● ABOUT THIS TASK: Every line between the top of the data below and the line with "make_face()", both ends included, must be retyped exactly.

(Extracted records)
%%

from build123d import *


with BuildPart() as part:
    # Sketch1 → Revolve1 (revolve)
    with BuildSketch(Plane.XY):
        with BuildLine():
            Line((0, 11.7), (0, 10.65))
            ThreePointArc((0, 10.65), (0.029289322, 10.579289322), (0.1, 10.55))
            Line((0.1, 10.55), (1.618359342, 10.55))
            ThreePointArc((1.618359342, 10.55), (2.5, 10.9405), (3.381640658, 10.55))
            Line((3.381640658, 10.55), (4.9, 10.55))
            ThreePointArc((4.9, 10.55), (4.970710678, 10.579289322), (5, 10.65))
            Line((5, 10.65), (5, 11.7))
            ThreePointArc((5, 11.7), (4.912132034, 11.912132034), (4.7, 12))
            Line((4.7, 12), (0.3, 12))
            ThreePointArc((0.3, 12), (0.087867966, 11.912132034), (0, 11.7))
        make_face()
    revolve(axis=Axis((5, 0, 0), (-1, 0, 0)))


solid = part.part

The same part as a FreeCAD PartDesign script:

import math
import FreeCAD as App
import Part
import Sketcher

V = App.Vector

doc = App.newDocument("Part")
params = doc.addObject("Spreadsheet::Sheet", "Params")
for row, (alias, value) in enumerate([
    ("sketch1_radius", "0.1 mm"),
    ("sketch1_radius2", "0.3 mm"),
    ("sketch1_width", "4.4 mm"),
    ("sketch1_height", "1.05 mm"),
    ("revolution_angle", "360 deg"),
], start=1):
    params.set(f"A{row}", alias)
    params.set(f"B{row}", "=" + value)
    params.setAlias(f"B{row}", alias)

body = doc.addObject("PartDesign::Body", "Body")

sketch1 = body.newObject("Sketcher::SketchObject", "Sketch")
sketch1.AttachmentSupport = (doc.getObject("XY_Plane"), [""])
sketch1.MapMode = "FlatFace"
sketch1.addGeometry(Part.LineSegment(V(0, 11.7, 0), V(0, 10.65, 0)), False)
sketch1.addGeometry(Part.ArcOfCircle(Part.Circle(V(0.1, 10.65, 0), V(0, 0, 1), 0.1), math.radians(180), math.radians(270)), False)
sketch1.addGeometry(Part.LineSegment(V(0.1, 10.55, 0), V(1.62, 10.55, 0)), False)
sketch1.addGeometry(Part.ArcOfCircle(Part.Circle(V(2.5, 9.75, 0), V(0, 0, 1), 1.19), math.radians(42), math.radians(138)), False)
sketch1.addGeometry(Part.LineSegment(V(3.38, 10.55, 0), V(4.9, 10.55, 0)), False)
sketch1.addGeometry(Part.ArcOfCircle(Part.Circle(V(4.9, 10.65, 0), V(0, 0, 1), 0.1), math.radians(-90), math.radians(0)), False)
sketch1.addGeometry(Part.LineSegment(V(5, 10.65, 0), V(5, 11.7, 0)), False)
sketch1.addGeometry(Part.ArcOfCircle(Part.Circle(V(4.7, 11.7, 0), V(0, 0, 1), 0.3), math.radians(0), math.radians(90)), False)
sketch1.addGeometry(Part.LineSegment(V(4.7, 12, 0), V(0.3, 12, 0)), False)
sketch1.addGeometry(Part.ArcOfCircle(Part.Circle(V(0.3, 11.7, 0), V(0, 0, 1), 0.3), math.radians(90), math.radians(180)), False)
sketch1.addConstraint(Sketcher.Constraint("Tangent", 0, 2, 1, 1))
sketch1.addConstraint(Sketcher.Constraint("Tangent", 1, 2, 2, 1))
sketch1.addConstraint(Sketcher.Constraint("Coincident", 2, 2, 3, 2))
sketch1.addConstraint(Sketcher.Constraint("Coincident", 3, 1, 4, 1))
sketch1.addConstraint(Sketcher.Constraint("Tangent", 4, 2, 5, 1))
sketch1.addConstraint(Sketcher.Constraint("Tangent", 5, 2, 6, 1))
sketch1.addConstraint(Sketcher.Constraint("Tangent", 6, 2, 7, 1))
sketch1.addConstraint(Sketcher.Constraint("Tangent", 7, 2, 8, 1))
sketch1.addConstraint(Sketcher.Constraint("Tangent", 8, 2, 9, 1))
sketch1.addConstraint(Sketcher.Constraint("Tangent", 9, 2, 0, 1))
sketch1.addConstraint(Sketcher.Constraint("Vertical", 0))
sketch1.addConstraint(Sketcher.Constraint("Horizontal", 2))
sketch1.addConstraint(Sketcher.Constraint("Horizontal", 4))
sketch1.addConstraint(Sketcher.Constraint("Vertical", 6))
sketch1.addConstraint(Sketcher.Constraint("Horizontal", 8))
sketch1.addConstraint(Sketcher.Constraint("Equal", 1, 5))
sketch1.addConstraint(Sketcher.Constraint("Equal", 7, 9))
sketch1.addConstraint(Sketcher.Constraint("PointOnObject", 0, 2, -2))
sketch1.addConstraint(Sketcher.Constraint("Horizontal", 1, 3, 5, 3))
sketch1.addConstraint(Sketcher.Constraint("Equal", 2, 4))
sketch1.addConstraint(Sketcher.Constraint("Radius", 1, 0.1))
sketch1.addConstraint(Sketcher.Constraint("Radius", 7, 0.3))
sketch1.addConstraint(Sketcher.Constraint("DistanceX", 8, 2, 8, 1, 4.4))
sketch1.addConstraint(Sketcher.Constraint("DistanceY", -1, 1, 7, 2, 12.0))
sketch1.addConstraint(Sketcher.Constraint("DistanceY", 0, 2, 0, 1, 1.05))
sketch1.addConstraint(Sketcher.Constraint("Radius", 3, 1.1905))
sketch1.addConstraint(Sketcher.Constraint("DistanceY", 3, 3, 1, 3, 0.9))
sketch1.setExpression("Constraints[20]", "Params.sketch1_radius")
sketch1.setExpression("Constraints[21]", "Params.sketch1_radius2")
sketch1.setExpression("Constraints[22]", "Params.sketch1_width")
sketch1.setExpression("Constraints[24]", "Params.sketch1_height")
revolution = body.newObject("PartDesign::Revolution", "Revolution")
revolution.Profile = sketch1
revolution.ReferenceAxis = (sketch1, ["H_Axis"])
revolution.setExpression("Angle", "Params.revolution_angle")

doc.recompute()
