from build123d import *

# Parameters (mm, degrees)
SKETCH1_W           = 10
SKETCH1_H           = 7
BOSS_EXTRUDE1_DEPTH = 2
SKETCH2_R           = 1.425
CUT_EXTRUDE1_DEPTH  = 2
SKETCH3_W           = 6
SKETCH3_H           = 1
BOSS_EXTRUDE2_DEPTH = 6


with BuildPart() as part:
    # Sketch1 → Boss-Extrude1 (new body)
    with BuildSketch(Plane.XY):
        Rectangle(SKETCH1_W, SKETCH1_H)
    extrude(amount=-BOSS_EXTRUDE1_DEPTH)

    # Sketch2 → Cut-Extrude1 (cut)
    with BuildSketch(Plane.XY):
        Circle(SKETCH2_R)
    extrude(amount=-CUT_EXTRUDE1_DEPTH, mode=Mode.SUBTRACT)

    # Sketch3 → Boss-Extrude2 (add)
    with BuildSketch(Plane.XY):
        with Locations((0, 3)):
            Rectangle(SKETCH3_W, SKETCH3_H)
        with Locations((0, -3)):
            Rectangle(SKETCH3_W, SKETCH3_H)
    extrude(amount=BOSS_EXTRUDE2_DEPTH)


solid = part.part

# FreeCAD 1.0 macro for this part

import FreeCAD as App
import Part
import Sketcher

V = App.Vector
Q = App.Units.Quantity


def add_polygon(sketch, points):
    """Adds a closed chain of lines whose ends are joined by coincident constraints."""
    first, n = sketch.GeometryCount, len(points)
    for a, b in zip(points, points[1:] + points[:1]):
        sketch.addGeometry(Part.LineSegment(App.Vector(*a, 0), App.Vector(*b, 0)), False)
    for i in range(n):
        sketch.addConstraint(Sketcher.Constraint("Coincident", first + i, 2, first + (i + 1) % n, 1))

doc = App.newDocument("Part")
body = doc.addObject("PartDesign::Body", "Body")

sketch1 = body.newObject("Sketcher::SketchObject", "Sketch")
sketch1.AttachmentSupport = (doc.getObject("XY_Plane"), [""])
sketch1.MapMode = "FlatFace"
add_polygon(sketch1, [(-5, 4), (-5, -4), (5, -4), (5, 4)])
sketch1.addConstraint(Sketcher.Constraint("Vertical", 0))
sketch1.addConstraint(Sketcher.Constraint("Horizontal", 1))
sketch1.addConstraint(Sketcher.Constraint("Vertical", 2))
sketch1.addConstraint(Sketcher.Constraint("Horizontal", 3))
sketch1.addConstraint(Sketcher.Constraint("Symmetric", 0, 2, 2, 2, -1, 1))
sketch1.addConstraint(Sketcher.Constraint("DistanceX", 1, 1, 1, 2, Q("10 mm")))
sketch1.addConstraint(Sketcher.Constraint("DistanceY", 0, 2, 0, 1, Q("7 mm")))
pad1 = body.newObject("PartDesign::Pad", "Pad")
pad1.Profile = sketch1
pad1.Length = 2
pad1.Reversed = True

sketch2 = body.newObject("Sketcher::SketchObject", "Sketch001")
sketch2.AttachmentSupport = (doc.getObject("XY_Plane"), [""])
sketch2.MapMode = "FlatFace"
sketch2.addGeometry(Part.Circle(V(0, 0, 0), V(0, 0, 1), 1.4), False)
sketch2.addConstraint(Sketcher.Constraint("Coincident", 0, 3, -1, 1))
sketch2.addConstraint(Sketcher.Constraint("Diameter", 0, Q("2.85 mm")))
pocket1 = body.newObject("PartDesign::Pocket", "Pocket")
pocket1.Profile = sketch2
pocket1.Length = 2

sketch3 = body.newObject("Sketcher::SketchObject", "Sketch002")
sketch3.AttachmentSupport = (doc.getObject("XY_Plane"), [""])
sketch3.MapMode = "FlatFace"
add_polygon(sketch3, [(-3, 3.5), (-3, 2.5), (3, 2.5), (3, 3.5)])
add_polygon(sketch3, [(-3, -2.5), (-3, -3.5), (3, -3.5), (3, -2.5)])
sketch3.addConstraint(Sketcher.Constraint("Vertical", 0))
sketch3.addConstraint(Sketcher.Constraint("Horizontal", 1))
sketch3.addConstraint(Sketcher.Constraint("Vertical", 2))
sketch3.addConstraint(Sketcher.Constraint("Horizontal", 3))
sketch3.addConstraint(Sketcher.Constraint("Vertical", 4))
sketch3.addConstraint(Sketcher.Constraint("Horizontal", 5))
sketch3.addConstraint(Sketcher.Constraint("Vertical", 6))
sketch3.addConstraint(Sketcher.Constraint("Horizontal", 7))
sketch3.addConstraint(Sketcher.Constraint("Symmetric", 2, 2, 4, 2, -1, 1))
sketch3.addConstraint(Sketcher.Constraint("Symmetric", 0, 2, 6, 2, -1, 1))
sketch3.addConstraint(Sketcher.Constraint("Vertical", 3, 2, 4, 2))
sketch3.addConstraint(Sketcher.Constraint("DistanceX", 1, 1, 1, 2, Q("6 mm")))
sketch3.addConstraint(Sketcher.Constraint("DistanceY", 0, 2, 0, 1, Q("1 mm")))
sketch3.addConstraint(Sketcher.Constraint("DistanceY", 4, 2, 0, 2, Q("6 mm")))
pad2 = body.newObject("PartDesign::Pad", "Pad001")
pad2.Profile = sketch3
pad2.Length = 6

doc.recompute()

%%

● FINAL ANSWER:
from build123d import *


with BuildPart() as part:
    # Sketch1 → Revolve1 (revolve)
    with BuildSketch(Plane.XY):
        with BuildLine():
            Line((0, 11.7), (0, 10.65))
            ThreePointArc((0, 10.65), (0.029289322, 10.579289322), (0.1, 10.55))
            Line((0.1, 10.55), (1.618359342, 10.55))
            ThreePointArc((1.618359342, 10.55), (2.5, 10.9405), (3.381640658, 10.55))
            Line((3.381640658, 10.55), (4.9, 10.55))
            ThreePointArc((4.9, 10.55), (4.970710678, 10.579289322), (5, 10.65))
            Line((5, 10.65), (5, 11.7))
            ThreePointArc((5, 11.7), (4.912132034, 11.912132034), (4.7, 12))
            Line((4.7, 12), (0.3, 12))
            ThreePointArc((0.3, 12), (0.087867966, 11.912132034), (0, 11.7))
        make_face()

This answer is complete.